Exercise aim -
Output only the stretch of the listing that starts at the line containing "e50 v41 v40 LINE" and ends at the line containing "e63 v24 v43 LINE", reproduced exactly with both ends.

Data for processing -
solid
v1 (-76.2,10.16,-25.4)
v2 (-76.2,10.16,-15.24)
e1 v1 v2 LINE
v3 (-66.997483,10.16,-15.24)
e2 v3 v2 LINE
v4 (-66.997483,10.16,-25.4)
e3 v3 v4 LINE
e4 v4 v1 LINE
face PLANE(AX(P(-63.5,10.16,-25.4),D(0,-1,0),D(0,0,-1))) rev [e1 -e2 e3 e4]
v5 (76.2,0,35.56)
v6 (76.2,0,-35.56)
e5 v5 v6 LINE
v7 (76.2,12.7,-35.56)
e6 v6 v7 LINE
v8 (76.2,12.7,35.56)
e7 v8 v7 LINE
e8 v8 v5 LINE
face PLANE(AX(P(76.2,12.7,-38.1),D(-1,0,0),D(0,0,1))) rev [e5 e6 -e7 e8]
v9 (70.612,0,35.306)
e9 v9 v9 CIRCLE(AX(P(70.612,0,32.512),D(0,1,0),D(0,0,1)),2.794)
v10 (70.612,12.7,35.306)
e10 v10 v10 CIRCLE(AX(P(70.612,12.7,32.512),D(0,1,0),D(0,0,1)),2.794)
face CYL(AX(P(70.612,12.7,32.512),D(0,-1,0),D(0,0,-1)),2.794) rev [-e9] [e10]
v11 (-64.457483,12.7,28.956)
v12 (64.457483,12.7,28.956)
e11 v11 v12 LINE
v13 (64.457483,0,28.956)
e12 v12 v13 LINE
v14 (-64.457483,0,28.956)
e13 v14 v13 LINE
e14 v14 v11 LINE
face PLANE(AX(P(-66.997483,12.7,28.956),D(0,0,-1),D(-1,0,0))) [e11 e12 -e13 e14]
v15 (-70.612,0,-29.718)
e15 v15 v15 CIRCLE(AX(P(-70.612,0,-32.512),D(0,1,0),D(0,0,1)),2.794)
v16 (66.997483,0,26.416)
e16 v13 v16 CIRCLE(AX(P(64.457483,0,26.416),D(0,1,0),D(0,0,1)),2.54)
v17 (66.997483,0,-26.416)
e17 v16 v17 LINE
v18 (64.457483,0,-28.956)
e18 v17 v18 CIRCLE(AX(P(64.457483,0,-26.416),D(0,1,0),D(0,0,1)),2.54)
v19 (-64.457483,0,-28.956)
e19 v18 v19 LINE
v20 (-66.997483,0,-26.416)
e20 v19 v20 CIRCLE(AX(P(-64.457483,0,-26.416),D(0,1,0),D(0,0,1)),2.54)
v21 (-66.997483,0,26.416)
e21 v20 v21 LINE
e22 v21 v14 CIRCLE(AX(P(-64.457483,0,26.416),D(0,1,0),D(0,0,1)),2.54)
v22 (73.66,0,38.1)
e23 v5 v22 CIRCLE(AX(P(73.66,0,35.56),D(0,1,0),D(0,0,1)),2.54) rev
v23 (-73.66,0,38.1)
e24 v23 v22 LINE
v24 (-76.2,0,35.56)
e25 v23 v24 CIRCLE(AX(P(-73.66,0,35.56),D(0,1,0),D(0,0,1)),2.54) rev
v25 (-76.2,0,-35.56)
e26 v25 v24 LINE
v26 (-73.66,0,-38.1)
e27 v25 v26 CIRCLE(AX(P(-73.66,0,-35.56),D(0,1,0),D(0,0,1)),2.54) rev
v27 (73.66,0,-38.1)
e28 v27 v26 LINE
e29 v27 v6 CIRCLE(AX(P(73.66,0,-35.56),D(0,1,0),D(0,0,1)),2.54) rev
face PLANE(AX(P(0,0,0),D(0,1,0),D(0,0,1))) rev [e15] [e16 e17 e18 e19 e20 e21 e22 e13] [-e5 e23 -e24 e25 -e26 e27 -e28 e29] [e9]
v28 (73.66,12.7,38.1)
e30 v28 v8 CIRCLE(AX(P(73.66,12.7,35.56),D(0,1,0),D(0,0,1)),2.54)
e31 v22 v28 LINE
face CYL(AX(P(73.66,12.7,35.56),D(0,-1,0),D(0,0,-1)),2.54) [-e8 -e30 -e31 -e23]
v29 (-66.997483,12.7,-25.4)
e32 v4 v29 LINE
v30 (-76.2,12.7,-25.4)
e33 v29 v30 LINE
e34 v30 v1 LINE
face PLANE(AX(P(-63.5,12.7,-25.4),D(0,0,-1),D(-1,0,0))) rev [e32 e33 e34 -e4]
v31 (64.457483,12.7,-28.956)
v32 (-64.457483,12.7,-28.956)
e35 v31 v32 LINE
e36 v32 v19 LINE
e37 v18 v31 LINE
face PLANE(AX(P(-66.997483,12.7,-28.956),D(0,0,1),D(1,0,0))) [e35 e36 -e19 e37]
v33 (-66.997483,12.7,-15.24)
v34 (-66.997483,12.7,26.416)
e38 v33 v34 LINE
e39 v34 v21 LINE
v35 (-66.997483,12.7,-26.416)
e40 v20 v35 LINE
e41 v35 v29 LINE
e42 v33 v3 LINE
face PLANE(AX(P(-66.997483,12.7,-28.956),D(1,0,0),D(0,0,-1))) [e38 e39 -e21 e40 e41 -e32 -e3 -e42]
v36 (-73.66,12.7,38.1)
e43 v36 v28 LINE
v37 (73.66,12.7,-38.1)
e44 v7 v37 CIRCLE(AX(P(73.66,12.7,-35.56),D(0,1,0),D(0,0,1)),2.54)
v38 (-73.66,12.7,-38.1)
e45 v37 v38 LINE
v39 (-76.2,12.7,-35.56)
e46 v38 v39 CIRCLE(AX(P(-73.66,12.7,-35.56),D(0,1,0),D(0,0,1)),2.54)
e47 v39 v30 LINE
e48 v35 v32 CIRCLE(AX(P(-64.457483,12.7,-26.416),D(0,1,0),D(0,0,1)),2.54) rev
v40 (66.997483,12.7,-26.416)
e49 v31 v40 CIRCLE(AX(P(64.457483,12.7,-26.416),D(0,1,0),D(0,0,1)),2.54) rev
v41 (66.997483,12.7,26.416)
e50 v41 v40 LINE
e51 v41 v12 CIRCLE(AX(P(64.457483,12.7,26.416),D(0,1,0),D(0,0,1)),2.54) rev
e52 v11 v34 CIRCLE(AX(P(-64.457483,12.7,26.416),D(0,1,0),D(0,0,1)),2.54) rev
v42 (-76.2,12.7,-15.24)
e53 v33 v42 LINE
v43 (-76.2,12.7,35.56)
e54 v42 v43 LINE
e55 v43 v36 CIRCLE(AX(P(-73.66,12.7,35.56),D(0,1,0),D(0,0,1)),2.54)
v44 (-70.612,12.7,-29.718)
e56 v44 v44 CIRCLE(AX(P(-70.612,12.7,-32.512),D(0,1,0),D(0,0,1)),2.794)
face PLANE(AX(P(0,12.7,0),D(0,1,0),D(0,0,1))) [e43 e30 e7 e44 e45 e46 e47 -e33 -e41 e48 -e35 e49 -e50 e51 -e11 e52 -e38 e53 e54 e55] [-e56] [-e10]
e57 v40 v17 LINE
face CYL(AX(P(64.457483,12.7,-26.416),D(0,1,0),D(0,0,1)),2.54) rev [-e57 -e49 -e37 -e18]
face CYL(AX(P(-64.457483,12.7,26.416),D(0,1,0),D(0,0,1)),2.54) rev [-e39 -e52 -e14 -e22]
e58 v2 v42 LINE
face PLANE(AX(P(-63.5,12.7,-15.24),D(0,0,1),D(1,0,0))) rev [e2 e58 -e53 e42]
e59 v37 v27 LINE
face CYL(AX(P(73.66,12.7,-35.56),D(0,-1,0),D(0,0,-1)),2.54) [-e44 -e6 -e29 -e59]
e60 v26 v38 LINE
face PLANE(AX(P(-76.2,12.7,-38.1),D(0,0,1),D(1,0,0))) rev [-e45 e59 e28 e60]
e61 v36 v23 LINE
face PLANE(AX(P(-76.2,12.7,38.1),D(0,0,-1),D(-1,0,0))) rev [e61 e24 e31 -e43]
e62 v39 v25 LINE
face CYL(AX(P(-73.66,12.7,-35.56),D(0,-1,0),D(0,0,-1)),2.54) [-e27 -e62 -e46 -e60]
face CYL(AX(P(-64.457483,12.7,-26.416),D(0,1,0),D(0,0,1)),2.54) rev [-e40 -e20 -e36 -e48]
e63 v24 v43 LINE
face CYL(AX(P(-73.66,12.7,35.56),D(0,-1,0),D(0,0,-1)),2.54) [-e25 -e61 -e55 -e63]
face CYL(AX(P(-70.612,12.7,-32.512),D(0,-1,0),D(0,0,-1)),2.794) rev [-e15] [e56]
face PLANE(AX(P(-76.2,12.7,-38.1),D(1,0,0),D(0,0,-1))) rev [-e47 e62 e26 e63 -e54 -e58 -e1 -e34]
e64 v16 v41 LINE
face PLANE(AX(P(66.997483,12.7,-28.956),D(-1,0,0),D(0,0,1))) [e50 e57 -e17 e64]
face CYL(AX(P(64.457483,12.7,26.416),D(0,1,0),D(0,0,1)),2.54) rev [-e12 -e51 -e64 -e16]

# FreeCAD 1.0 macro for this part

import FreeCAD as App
import Part
import Sketcher
Q = App.Units.Quantity


def edges_at(feature, points):
    """Names of the edges that pass closest to the given points."""
    edges = feature.Shape.Edges
    near = lambda p: min(range(len(edges)), key=lambda i: edges[i].distToShape(Part.Vertex(*p))[0])
    return sorted({f"Edge{near(p) + 1}" for p in points})

doc = App.newDocument("Part")
body = doc.addObject("PartDesign::Body", "Body")

sketch1 = body.newObject("Sketcher::SketchObject", "Sketch")
sketch1.AttachmentSupport = (doc.getObject("XZ_Plane"), [""])
sketch1.MapMode = "FlatFace"
sketch1.addGeometry(Part.LineSegment(App.Vector(-76, -38, 0), App.Vector(-76, 38, 0)), False)
sketch1.addGeometry(Part.LineSegment(App.Vector(-76, 38, 0), App.Vector(76, 38, 0)), False)
sketch1.addGeometry(Part.LineSegment(App.Vector(76, 38, 0), App.Vector(76, -38, 0)), False)
sketch1.addGeometry(Part.LineSegment(App.Vector(76, -38, 0), App.Vector(-76, -38, 0)), False)
sketch1.addConstraint(Sketcher.Constraint("Coincident", 0, 2, 1, 1))
sketch1.addConstraint(Sketcher.Constraint("Coincident", 1, 2, 2, 1))
sketch1.addConstraint(Sketcher.Constraint("Coincident", 2, 2, 3, 1))
sketch1.addConstraint(Sketcher.Constraint("Coincident", 3, 2, 0, 1))
sketch1.addConstraint(Sketcher.Constraint("Vertical", 0))
sketch1.addConstraint(Sketcher.Constraint("Horizontal", 1))
sketch1.addConstraint(Sketcher.Constraint("Vertical", 2))
sketch1.addConstraint(Sketcher.Constraint("Horizontal", 3))
sketch1.addConstraint(Sketcher.Constraint("Symmetric", 0, 2, 2, 2, -1, 1))
sketch1.addConstraint(Sketcher.Constraint("DistanceX", 1, 1, 1, 2, Q("6 in")))
sketch1.addConstraint(Sketcher.Constraint("DistanceY", 0, 1, 0, 2, Q("3 in")))
pad1 = body.newObject("PartDesign::Pad", "Pad")
pad1.Profile = sketch1
pad1.Length = Q("0.5 in")
pad1.Reversed = True
doc.recompute()

fillet = body.newObject("PartDesign::Fillet", "Fillet")
fillet.Base = (pad1, edges_at(pad1, [
    (76.2, 6.35, 38.1),
    (-76.2, 6.35, 38.1),
    (-76.2, 6.35, -38.1),
    (76.2, 6.35, -38.1),
]))
fillet.Radius = Q("0.1 in")

sketch2 = body.newObject("Sketcher::SketchObject", "Sketch001")
sketch2.AttachmentSupport = (doc.getObject("XZ_Plane"), [""])
sketch2.MapMode = "FlatFace"
sketch2.addGeometry(Part.LineSegment(App.Vector(-67, -29, 0), App.Vector(-67, 29, 0)), False)
sketch2.addGeometry(Part.LineSegment(App.Vector(-67, 29, 0), App.Vector(67, 29, 0)), False)
sketch2.addGeometry(Part.LineSegment(App.Vector(67, 29, 0), App.Vector(67, -29, 0)), False)
sketch2.addGeometry(Part.LineSegment(App.Vector(67, -29, 0), App.Vector(-67, -29, 0)), False)
sketch2.addConstraint(Sketcher.Constraint("Coincident", 0, 2, 1, 1))
sketch2.addConstraint(Sketcher.Constraint("Coincident", 1, 2, 2, 1))
sketch2.addConstraint(Sketcher.Constraint("Coincident", 2, 2, 3, 1))
sketch2.addConstraint(Sketcher.Constraint("Coincident", 3, 2, 0, 1))
sketch2.addConstraint(Sketcher.Constraint("Vertical", 0))
sketch2.addConstraint(Sketcher.Constraint("Horizontal", 1))
sketch2.addConstraint(Sketcher.Constraint("Vertical", 2))
sketch2.addConstraint(Sketcher.Constraint("Horizontal", 3))
sketch2.addConstraint(Sketcher.Constraint("Symmetric", 0, 2, 2, 2, -1, 1))
sketch2.addConstraint(Sketcher.Constraint("DistanceY", 0, 1, 0, 2, Q("2.28 in")))
sketch2.addConstraint(Sketcher.Constraint("DistanceX", 1, 1, 1, 2, Q("133.994966 mm")))
pocket1 = body.newObject("PartDesign::Pocket", "Pocket")
pocket1.Profile = sketch2
pocket1.Type = "ThroughAll"
doc.recompute()

fillet2 = body.newObject("PartDesign::Fillet", "Fillet001")
fillet2.Base = (pocket1, edges_at(pocket1, [
    (66.997, 6.35, 28.956),
    (66.997, 6.35, -28.956),
    (-66.997, 6.35, -28.956),
    (-66.997, 6.35, 28.956),
]))
fillet2.Radius = Q("0.1 in")

sketch3 = body.newObject("Sketcher::SketchObject", "Sketch002")
sketch3.AttachmentSupport = (doc.getObject("YZ_Plane"), [""])
sketch3.MapMode = "FlatFace"
sketch3.AttachmentOffset = App.Placement(App.Vector(0, 0, -3 * 25.4), App.Rotation())
sketch3.addGeometry(Part.LineSegment(App.Vector(12.7, -25.4, 0), App.Vector(10.2, -25.4, 0)), False)
sketch3.addGeometry(Part.LineSegment(App.Vector(10.2, -25.4, 0), App.Vector(10.2, -15.2, 0)), False)
sketch3.addGeometry(Part.LineSegment(App.Vector(10.2, -15.2, 0), App.Vector(12.7, -15.2, 0)), False)
sketch3.addGeometry(Part.LineSegment(App.Vector(12.7, -15.2, 0), App.Vector(12.7, -25.4, 0)), False)
sketch3.addConstraint(Sketcher.Constraint("Coincident", 0, 2, 1, 1))
sketch3.addConstraint(Sketcher.Constraint("Coincident", 1, 2, 2, 1))
sketch3.addConstraint(Sketcher.Constraint("Coincident", 2, 2, 3, 1))
sketch3.addConstraint(Sketcher.Constraint("Coincident", 3, 2, 0, 1))
sketch3.addConstraint(Sketcher.Constraint("Horizontal", 0))
sketch3.addConstraint(Sketcher.Constraint("Vertical", 1))
sketch3.addConstraint(Sketcher.Constraint("Horizontal", 2))
sketch3.addConstraint(Sketcher.Constraint("Vertical", 3))
sketch3.addConstraint(Sketcher.Constraint("DistanceX", 0, 2, 0, 1, Q("0.1 in")))
sketch3.addConstraint(Sketcher.Constraint("DistanceY", 1, 1, 1, 2, Q("0.4 in")))
sketch3.addConstraint(Sketcher.Constraint("DistanceY", 0, 2, -1, 1, Q("1 in")))
sketch3.addConstraint(Sketcher.Constraint("DistanceX", -1, 1, 0, 2, Q("0.4 in")))
pocket2 = body.newObject("PartDesign::Pocket", "Pocket001")
pocket2.Profile = sketch3
pocket2.Length = Q("0.5 in")
pocket2.Reversed = True

sketch4 = body.newObject("Sketcher::SketchObject", "Sketch003")
sketch4.AttachmentSupport = (doc.getObject("XZ_Plane"), [""])
sketch4.MapMode = "FlatFace"
sketch4.addGeometry(Part.Circle(App.Vector(-70.6, -32.5, 0), App.Vector(0, 0, 1), 2.8), False)
sketch4.addConstraint(Sketcher.Constraint("Diameter", 0, Q("0.22 in")))
sketch4.addConstraint(Sketcher.Constraint("DistanceX", 0, 3, -1, 1, Q("2.78 in")))
sketch4.addConstraint(Sketcher.Constraint("DistanceY", 0, 3, -1, 1, Q("1.28 in")))
pocket3 = body.newObject("PartDesign::Pocket", "Pocket002")
pocket3.Profile = sketch4
pocket3.Length = Q("0.5 in")

sketch5 = body.newObject("Sketcher::SketchObject", "Sketch004")
sketch5.AttachmentSupport = (doc.getObject("XZ_Plane"), [""])
sketch5.MapMode = "FlatFace"
sketch5.addGeometry(Part.Circle(App.Vector(70.6, 32.5, 0), App.Vector(0, 0, 1), 2.8), False)
sketch5.addConstraint(Sketcher.Constraint("Diameter", 0, Q("0.22 in")))
sketch5.addConstraint(Sketcher.Constraint("DistanceX", -1, 1, 0, 3, Q("2.78 in")))
sketch5.addConstraint(Sketcher.Constraint("DistanceY", -1, 1, 0, 3, Q("1.28 in")))
pocket4 = body.newObject("PartDesign::Pocket", "Pocket003")
pocket4.Profile = sketch5
pocket4.Length = Q("0.5 in")

doc.recompute()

Task response -
e50 v41 v40 LINE
e51 v41 v12 CIRCLE(AX(P(64.457483,12.7,26.416),D(0,1,0),D(0,0,1)),2.54) rev
e52 v11 v34 CIRCLE(AX(P(-64.457483,12.7,26.416),D(0,1,0),D(0,0,1)),2.54) rev
v42 (-76.2,12.7,-15.24)
e53 v33 v42 LINE
v43 (-76.2,12.7,35.56)
e54 v42 v43 LINE
e55 v43 v36 CIRCLE(AX(P(-73.66,12.7,35.56),D(0,1,0),D(0,0,1)),2.54)
v44 (-70.612,12.7,-29.718)
e56 v44 v44 CIRCLE(AX(P(-70.612,12.7,-32.512),D(0,1,0),D(0,0,1)),2.794)
face PLANE(AX(P(0,12.7,0),D(0,1,0),D(0,0,1))) [e43 e30 e7 e44 e45 e46 e47 -e33 -e41 e48 -e35 e49 -e50 e51 -e11 e52 -e38 e53 e54 e55] [-e56] [-e10]
e57 v40 v17 LINE
face CYL(AX(P(64.457483,12.7,-26.416),D(0,1,0),D(0,0,1)),2.54) rev [-e57 -e49 -e37 -e18]
face CYL(AX(P(-64.457483,12.7,26.416),D(0,1,0),D(0,0,1)),2.54) rev [-e39 -e52 -e14 -e22]
e58 v2 v42 LINE
face PLANE(AX(P(-63.5,12.7,-15.24),D(0,0,1),D(1,0,0))) rev [e2 e58 -e53 e42]
e59 v37 v27 LINE
face CYL(AX(P(73.66,12.7,-35.56),D(0,-1,0),D(0,0,-1)),2.54) [-e44 -e6 -e29 -e59]
e60 v26 v38 LINE
face PLANE(AX(P(-76.2,12.7,-38.1),D(0,0,1),D(1,0,0))) rev [-e45 e59 e28 e60]
e61 v36 v23 LINE
face PLANE(AX(P(-76.2,12.7,38.1),D(0,0,-1),D(-1,0,0))) rev [e61 e24 e31 -e43]
e62 v39 v25 LINE
face CYL(AX(P(-73.66,12.7,-35.56),D(0,-1,0),D(0,0,-1)),2.54) [-e27 -e62 -e46 -e60]
face CYL(AX(P(-64.457483,12.7,-26.416),D(0,1,0),D(0,0,1)),2.54) rev [-e40 -e20 -e36 -e48]
e63 v24 v43 LINE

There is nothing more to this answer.